* _What you have to do_
Using the records below, quote only the span that opens with the line containing "#31=DIRECTION('',(0.,-0.601815641,-0.798635044));" and closes with the line containing "#52=ORIENTED_EDGE('',*,*,#51,.F.);", exactly and inclusively.

* _Supplied records_
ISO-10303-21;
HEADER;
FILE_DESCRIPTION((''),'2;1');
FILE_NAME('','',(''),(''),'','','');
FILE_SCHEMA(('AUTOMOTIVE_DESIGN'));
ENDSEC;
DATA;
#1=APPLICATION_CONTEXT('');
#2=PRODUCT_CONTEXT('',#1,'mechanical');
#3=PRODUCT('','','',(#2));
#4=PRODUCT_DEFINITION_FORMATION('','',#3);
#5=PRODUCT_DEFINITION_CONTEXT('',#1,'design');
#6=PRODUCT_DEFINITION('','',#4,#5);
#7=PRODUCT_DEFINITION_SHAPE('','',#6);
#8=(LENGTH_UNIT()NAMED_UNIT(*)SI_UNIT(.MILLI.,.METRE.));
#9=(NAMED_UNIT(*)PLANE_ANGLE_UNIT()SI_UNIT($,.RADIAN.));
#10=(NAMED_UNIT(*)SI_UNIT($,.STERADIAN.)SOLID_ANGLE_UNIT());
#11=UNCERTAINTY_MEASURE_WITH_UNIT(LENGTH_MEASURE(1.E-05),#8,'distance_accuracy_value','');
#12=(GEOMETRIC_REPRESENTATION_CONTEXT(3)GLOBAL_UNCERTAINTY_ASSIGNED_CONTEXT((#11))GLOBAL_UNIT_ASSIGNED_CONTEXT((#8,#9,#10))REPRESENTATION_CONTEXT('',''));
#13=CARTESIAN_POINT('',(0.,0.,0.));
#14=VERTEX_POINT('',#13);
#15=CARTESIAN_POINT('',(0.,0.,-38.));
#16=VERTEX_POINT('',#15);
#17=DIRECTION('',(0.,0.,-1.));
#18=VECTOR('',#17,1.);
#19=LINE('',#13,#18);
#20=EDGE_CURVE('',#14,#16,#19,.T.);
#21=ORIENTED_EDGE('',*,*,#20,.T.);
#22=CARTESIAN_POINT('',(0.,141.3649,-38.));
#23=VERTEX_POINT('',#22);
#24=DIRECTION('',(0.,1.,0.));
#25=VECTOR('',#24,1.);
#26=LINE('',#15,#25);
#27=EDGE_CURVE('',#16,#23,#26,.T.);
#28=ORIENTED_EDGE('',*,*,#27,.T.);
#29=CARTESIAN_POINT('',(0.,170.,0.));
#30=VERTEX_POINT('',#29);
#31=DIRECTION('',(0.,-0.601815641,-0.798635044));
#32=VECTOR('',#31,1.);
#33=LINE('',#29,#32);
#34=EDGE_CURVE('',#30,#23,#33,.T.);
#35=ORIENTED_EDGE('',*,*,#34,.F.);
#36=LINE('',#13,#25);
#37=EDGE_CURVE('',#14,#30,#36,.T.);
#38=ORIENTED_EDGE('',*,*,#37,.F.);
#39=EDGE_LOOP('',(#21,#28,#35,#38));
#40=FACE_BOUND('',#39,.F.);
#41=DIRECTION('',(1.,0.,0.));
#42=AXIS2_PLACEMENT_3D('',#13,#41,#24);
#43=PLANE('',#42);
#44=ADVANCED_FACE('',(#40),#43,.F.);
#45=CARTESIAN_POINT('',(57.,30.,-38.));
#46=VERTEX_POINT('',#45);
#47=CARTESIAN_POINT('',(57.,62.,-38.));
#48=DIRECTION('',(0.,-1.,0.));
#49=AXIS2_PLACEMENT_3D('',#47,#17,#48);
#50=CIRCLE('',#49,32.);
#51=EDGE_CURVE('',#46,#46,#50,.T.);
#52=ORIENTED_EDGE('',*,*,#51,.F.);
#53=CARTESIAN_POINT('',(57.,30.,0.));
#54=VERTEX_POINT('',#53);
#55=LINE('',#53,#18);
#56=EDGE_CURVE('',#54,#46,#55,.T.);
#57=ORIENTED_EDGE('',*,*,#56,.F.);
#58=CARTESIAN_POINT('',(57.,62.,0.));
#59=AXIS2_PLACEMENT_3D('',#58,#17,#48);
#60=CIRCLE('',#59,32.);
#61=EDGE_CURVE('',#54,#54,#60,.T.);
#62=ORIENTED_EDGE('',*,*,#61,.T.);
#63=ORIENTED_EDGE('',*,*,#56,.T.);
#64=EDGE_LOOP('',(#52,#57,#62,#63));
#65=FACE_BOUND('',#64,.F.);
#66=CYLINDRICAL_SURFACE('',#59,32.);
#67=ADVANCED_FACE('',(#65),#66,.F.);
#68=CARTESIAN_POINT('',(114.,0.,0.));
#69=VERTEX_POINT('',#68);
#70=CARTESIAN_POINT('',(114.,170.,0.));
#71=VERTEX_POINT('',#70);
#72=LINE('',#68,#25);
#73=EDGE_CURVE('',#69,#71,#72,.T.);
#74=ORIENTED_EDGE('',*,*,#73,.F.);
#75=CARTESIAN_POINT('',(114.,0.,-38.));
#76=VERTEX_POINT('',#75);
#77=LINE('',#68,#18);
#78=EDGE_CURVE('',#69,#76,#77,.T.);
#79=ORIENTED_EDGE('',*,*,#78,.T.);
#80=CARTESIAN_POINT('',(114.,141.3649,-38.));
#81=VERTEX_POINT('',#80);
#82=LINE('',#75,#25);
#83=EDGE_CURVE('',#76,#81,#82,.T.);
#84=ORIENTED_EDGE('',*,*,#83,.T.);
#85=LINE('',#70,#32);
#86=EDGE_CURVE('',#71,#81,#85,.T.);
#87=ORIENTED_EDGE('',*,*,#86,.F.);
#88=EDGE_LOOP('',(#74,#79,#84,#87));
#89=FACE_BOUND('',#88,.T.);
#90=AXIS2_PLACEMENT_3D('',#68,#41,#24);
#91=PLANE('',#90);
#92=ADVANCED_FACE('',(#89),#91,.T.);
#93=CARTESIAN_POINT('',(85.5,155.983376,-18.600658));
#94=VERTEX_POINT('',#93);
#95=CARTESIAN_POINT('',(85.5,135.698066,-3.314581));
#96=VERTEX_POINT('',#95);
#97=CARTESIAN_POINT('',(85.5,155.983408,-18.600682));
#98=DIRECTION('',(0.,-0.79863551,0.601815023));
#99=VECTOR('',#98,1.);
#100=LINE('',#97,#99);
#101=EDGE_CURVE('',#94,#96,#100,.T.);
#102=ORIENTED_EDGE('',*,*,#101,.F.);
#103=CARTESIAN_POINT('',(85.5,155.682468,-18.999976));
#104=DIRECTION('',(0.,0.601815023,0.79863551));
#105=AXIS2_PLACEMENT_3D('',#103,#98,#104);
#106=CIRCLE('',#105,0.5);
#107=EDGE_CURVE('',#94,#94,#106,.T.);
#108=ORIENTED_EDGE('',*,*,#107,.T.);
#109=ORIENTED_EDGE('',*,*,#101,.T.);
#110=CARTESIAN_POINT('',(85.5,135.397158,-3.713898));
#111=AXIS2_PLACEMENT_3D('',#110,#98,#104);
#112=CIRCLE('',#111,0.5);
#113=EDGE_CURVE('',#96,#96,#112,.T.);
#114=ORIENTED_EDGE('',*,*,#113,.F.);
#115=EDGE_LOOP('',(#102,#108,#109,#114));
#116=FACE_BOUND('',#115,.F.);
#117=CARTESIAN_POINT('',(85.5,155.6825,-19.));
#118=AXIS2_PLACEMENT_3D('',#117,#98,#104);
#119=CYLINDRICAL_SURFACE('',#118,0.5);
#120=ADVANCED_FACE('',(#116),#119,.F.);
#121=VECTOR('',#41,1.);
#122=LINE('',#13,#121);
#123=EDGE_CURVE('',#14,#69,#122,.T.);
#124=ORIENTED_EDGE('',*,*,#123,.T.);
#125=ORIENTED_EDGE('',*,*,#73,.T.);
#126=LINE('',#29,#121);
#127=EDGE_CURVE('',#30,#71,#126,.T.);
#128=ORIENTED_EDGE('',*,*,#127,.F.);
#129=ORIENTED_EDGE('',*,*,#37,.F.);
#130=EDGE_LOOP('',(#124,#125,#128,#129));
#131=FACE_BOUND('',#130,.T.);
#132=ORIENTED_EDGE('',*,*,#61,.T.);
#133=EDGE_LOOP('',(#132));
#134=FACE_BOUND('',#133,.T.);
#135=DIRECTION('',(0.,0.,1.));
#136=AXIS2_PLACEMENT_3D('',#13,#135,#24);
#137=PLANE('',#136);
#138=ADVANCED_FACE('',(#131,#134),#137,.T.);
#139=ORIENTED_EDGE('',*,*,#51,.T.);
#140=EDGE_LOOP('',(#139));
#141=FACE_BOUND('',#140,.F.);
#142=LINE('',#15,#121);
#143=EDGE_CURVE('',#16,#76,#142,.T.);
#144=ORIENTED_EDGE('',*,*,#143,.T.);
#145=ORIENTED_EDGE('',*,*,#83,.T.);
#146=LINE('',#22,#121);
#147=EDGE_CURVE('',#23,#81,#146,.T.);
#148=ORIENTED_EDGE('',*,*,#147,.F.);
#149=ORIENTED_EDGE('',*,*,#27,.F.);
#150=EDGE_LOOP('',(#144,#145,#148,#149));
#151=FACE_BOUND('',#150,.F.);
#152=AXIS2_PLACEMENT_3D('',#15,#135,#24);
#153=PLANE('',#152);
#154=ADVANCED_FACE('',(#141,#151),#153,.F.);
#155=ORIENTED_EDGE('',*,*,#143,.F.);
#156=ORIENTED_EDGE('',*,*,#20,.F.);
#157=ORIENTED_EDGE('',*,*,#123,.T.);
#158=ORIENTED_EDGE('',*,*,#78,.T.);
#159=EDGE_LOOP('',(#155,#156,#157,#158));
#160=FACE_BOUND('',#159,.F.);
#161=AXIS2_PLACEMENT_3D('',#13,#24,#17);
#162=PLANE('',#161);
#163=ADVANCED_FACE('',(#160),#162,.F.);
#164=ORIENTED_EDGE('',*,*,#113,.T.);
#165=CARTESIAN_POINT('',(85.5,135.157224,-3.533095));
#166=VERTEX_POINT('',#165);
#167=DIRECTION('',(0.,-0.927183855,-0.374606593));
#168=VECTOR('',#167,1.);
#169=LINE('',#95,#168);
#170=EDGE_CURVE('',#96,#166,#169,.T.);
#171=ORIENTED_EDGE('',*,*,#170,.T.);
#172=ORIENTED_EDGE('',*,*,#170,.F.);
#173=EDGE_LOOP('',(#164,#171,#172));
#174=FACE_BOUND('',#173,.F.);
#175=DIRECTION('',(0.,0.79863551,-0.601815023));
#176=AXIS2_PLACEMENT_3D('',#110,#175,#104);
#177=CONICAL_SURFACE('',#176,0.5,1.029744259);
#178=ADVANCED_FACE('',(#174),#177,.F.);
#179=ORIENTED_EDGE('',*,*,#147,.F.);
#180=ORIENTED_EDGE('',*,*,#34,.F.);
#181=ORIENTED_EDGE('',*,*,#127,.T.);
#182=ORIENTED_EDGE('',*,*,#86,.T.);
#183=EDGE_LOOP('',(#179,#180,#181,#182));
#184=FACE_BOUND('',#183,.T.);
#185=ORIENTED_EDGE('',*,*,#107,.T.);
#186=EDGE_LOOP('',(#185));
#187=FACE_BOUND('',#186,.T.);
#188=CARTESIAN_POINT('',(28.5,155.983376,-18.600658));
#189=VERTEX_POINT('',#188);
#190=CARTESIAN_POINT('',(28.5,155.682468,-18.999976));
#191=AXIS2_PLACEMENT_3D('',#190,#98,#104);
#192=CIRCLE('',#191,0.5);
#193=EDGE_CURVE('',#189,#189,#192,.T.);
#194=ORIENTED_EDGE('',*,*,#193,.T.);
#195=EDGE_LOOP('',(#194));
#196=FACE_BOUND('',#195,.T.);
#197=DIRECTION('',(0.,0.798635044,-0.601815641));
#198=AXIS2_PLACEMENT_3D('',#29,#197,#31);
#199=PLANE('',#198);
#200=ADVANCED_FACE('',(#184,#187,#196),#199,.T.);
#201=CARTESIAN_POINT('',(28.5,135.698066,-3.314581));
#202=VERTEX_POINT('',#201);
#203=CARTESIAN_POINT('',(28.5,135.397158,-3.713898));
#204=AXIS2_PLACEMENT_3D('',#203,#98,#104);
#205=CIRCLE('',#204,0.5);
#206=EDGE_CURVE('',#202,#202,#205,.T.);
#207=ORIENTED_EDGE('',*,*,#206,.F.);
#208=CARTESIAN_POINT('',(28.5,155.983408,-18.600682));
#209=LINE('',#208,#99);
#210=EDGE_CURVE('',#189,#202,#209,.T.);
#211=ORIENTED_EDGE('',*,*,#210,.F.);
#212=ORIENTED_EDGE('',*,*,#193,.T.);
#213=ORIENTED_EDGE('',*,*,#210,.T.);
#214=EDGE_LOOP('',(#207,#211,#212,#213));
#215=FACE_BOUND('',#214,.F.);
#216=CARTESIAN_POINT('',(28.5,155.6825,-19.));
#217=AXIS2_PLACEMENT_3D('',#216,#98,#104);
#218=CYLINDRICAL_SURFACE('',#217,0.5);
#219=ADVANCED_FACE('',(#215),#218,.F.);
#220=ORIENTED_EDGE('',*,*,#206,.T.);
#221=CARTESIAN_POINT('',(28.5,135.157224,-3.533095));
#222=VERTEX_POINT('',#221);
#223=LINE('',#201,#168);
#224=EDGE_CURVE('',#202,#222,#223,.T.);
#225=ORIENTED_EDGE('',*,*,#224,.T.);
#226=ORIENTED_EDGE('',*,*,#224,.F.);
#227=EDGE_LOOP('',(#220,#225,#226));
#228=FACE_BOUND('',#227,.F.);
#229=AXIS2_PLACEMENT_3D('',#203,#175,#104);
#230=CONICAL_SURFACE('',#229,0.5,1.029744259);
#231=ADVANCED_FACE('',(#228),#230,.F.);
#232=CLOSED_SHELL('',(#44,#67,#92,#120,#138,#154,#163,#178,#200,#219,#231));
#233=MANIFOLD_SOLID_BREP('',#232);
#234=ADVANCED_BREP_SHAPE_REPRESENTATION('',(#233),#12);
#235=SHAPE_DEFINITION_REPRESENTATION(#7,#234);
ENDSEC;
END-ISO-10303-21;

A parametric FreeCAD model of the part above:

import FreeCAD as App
import Part
import Sketcher
Q = App.Units.Quantity


def add_polygon(sketch, points):
    """Adds a closed chain of lines whose ends are joined by coincident constraints."""
    first, n = sketch.GeometryCount, len(points)
    for a, b in zip(points, points[1:] + points[:1]):
        sketch.addGeometry(Part.LineSegment(App.Vector(*a, 0), App.Vector(*b, 0)), False)
    for i in range(n):
        sketch.addConstraint(Sketcher.Constraint("Coincident", first + i, 2, first + (i + 1) % n, 1))

doc = App.newDocument("Part")
body = doc.addObject("PartDesign::Body", "Body")

sketch1 = body.newObject("Sketcher::SketchObject", "Sketch")
sketch1.AttachmentSupport = (doc.getObject("YZ_Plane"), [""])
sketch1.MapMode = "FlatFace"
add_polygon(sketch1, [(170, 0), (0, 0), (0, -38), (141, -38)])
sketch1.addConstraint([
    Sketcher.Constraint("Horizontal", 0),
    Sketcher.Constraint("Vertical", 1),
    Sketcher.Constraint("Horizontal", 2),
    Sketcher.Constraint("Coincident", 0, 2, -1, 1),
    Sketcher.Constraint("DistanceX", 0, 2, 0, 1, 170.0),
    Sketcher.Constraint("DistanceY", 1, 2, 1, 1, 38.0),
    Sketcher.Constraint("Angle", 3, Q("53 deg")),
])
pad1 = body.newObject("PartDesign::Pad", "Pad")
pad1.Profile = sketch1
pad1.Length = 114

sketch2 = body.newObject("Sketcher::SketchObject", "Sketch001")
sketch2.Placement = App.Placement(App.Vector(0, 108.429192, -81.707257), App.Rotation(App.Vector(0, 0.601815023, 0.79863551), App.Vector(1, 0, 0), App.Vector(0, 0.79863551, -0.601815023), "ZXY"))
sketch2.addGeometry([
    Part.Circle(App.Vector(78.5, 28.5, 0), App.Vector(0, 0, 1), 0.5),
    Part.Circle(App.Vector(78.5, 85.5, 0), App.Vector(0, 0, 1), 0.5),
], False)
sketch2.addConstraint([
    Sketcher.Constraint("Equal", 0, 1),
    Sketcher.Constraint("Vertical", 0, 3, 1, 3),
    Sketcher.Constraint("Diameter", 0, 1.0),
    Sketcher.Constraint("DistanceY", 0, 3, 1, 3, 57.0),
    Sketcher.Constraint("DistanceY", -1, 1, 0, 3, 28.5),
    Sketcher.Constraint("DistanceX", -1, 1, 0, 3, 78.518),
])
doc.recompute()
hole = body.newObject("PartDesign::Hole", "Hole")
hole.Profile = sketch2
hole.ThreadType = "None"
hole.Diameter = 1
hole.DepthType = "Dimension"
hole.Depth = 25.4
hole.DrillPoint = "Angled"
hole.DrillPointAngle = 118

sketch3 = body.newObject("Sketcher::SketchObject", "Sketch002")
sketch3.AttachmentSupport = (doc.getObject("XY_Plane"), [""])
sketch3.MapMode = "FlatFace"
sketch3.addGeometry(Part.Circle(App.Vector(57, 62, 0), App.Vector(0, 0, 1), 32), False)
sketch3.addConstraint([
    Sketcher.Constraint("Diameter", 0, 64.0),
    Sketcher.Constraint("DistanceX", -1, 1, 0, 3, 57.0),
    Sketcher.Constraint("DistanceY", -1, 1, 0, 3, 62.0),
])
doc.recompute()
hole2 = body.newObject("PartDesign::Hole", "Hole001")
hole2.Profile = sketch3
hole2.ThreadType = "None"
hole2.Diameter = 64
hole2.DepthType = "ThroughAll"

doc.recompute()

* _Task answer_
#31=DIRECTION('',(0.,-0.601815641,-0.798635044));
#32=VECTOR('',#31,1.);
#33=LINE('',#29,#32);
#34=EDGE_CURVE('',#30,#23,#33,.T.);
#35=ORIENTED_EDGE('',*,*,#34,.F.);
#36=LINE('',#13,#25);
#37=EDGE_CURVE('',#14,#30,#36,.T.);
#38=ORIENTED_EDGE('',*,*,#37,.F.);
#39=EDGE_LOOP('',(#21,#28,#35,#38));
#40=FACE_BOUND('',#39,.F.);
#41=DIRECTION('',(1.,0.,0.));
#42=AXIS2_PLACEMENT_3D('',#13,#41,#24);
#43=PLANE('',#42);
#44=ADVANCED_FACE('',(#40),#43,.F.);
#45=CARTESIAN_POINT('',(57.,30.,-38.));
#46=VERTEX_POINT('',#45);
#47=CARTESIAN_POINT('',(57.,62.,-38.));
#48=DIRECTION('',(0.,-1.,0.));
#49=AXIS2_PLACEMENT_3D('',#47,#17,#48);
#50=CIRCLE('',#49,32.);
#51=EDGE_CURVE('',#46,#46,#50,.T.);
#52=ORIENTED_EDGE('',*,*,#51,.F.);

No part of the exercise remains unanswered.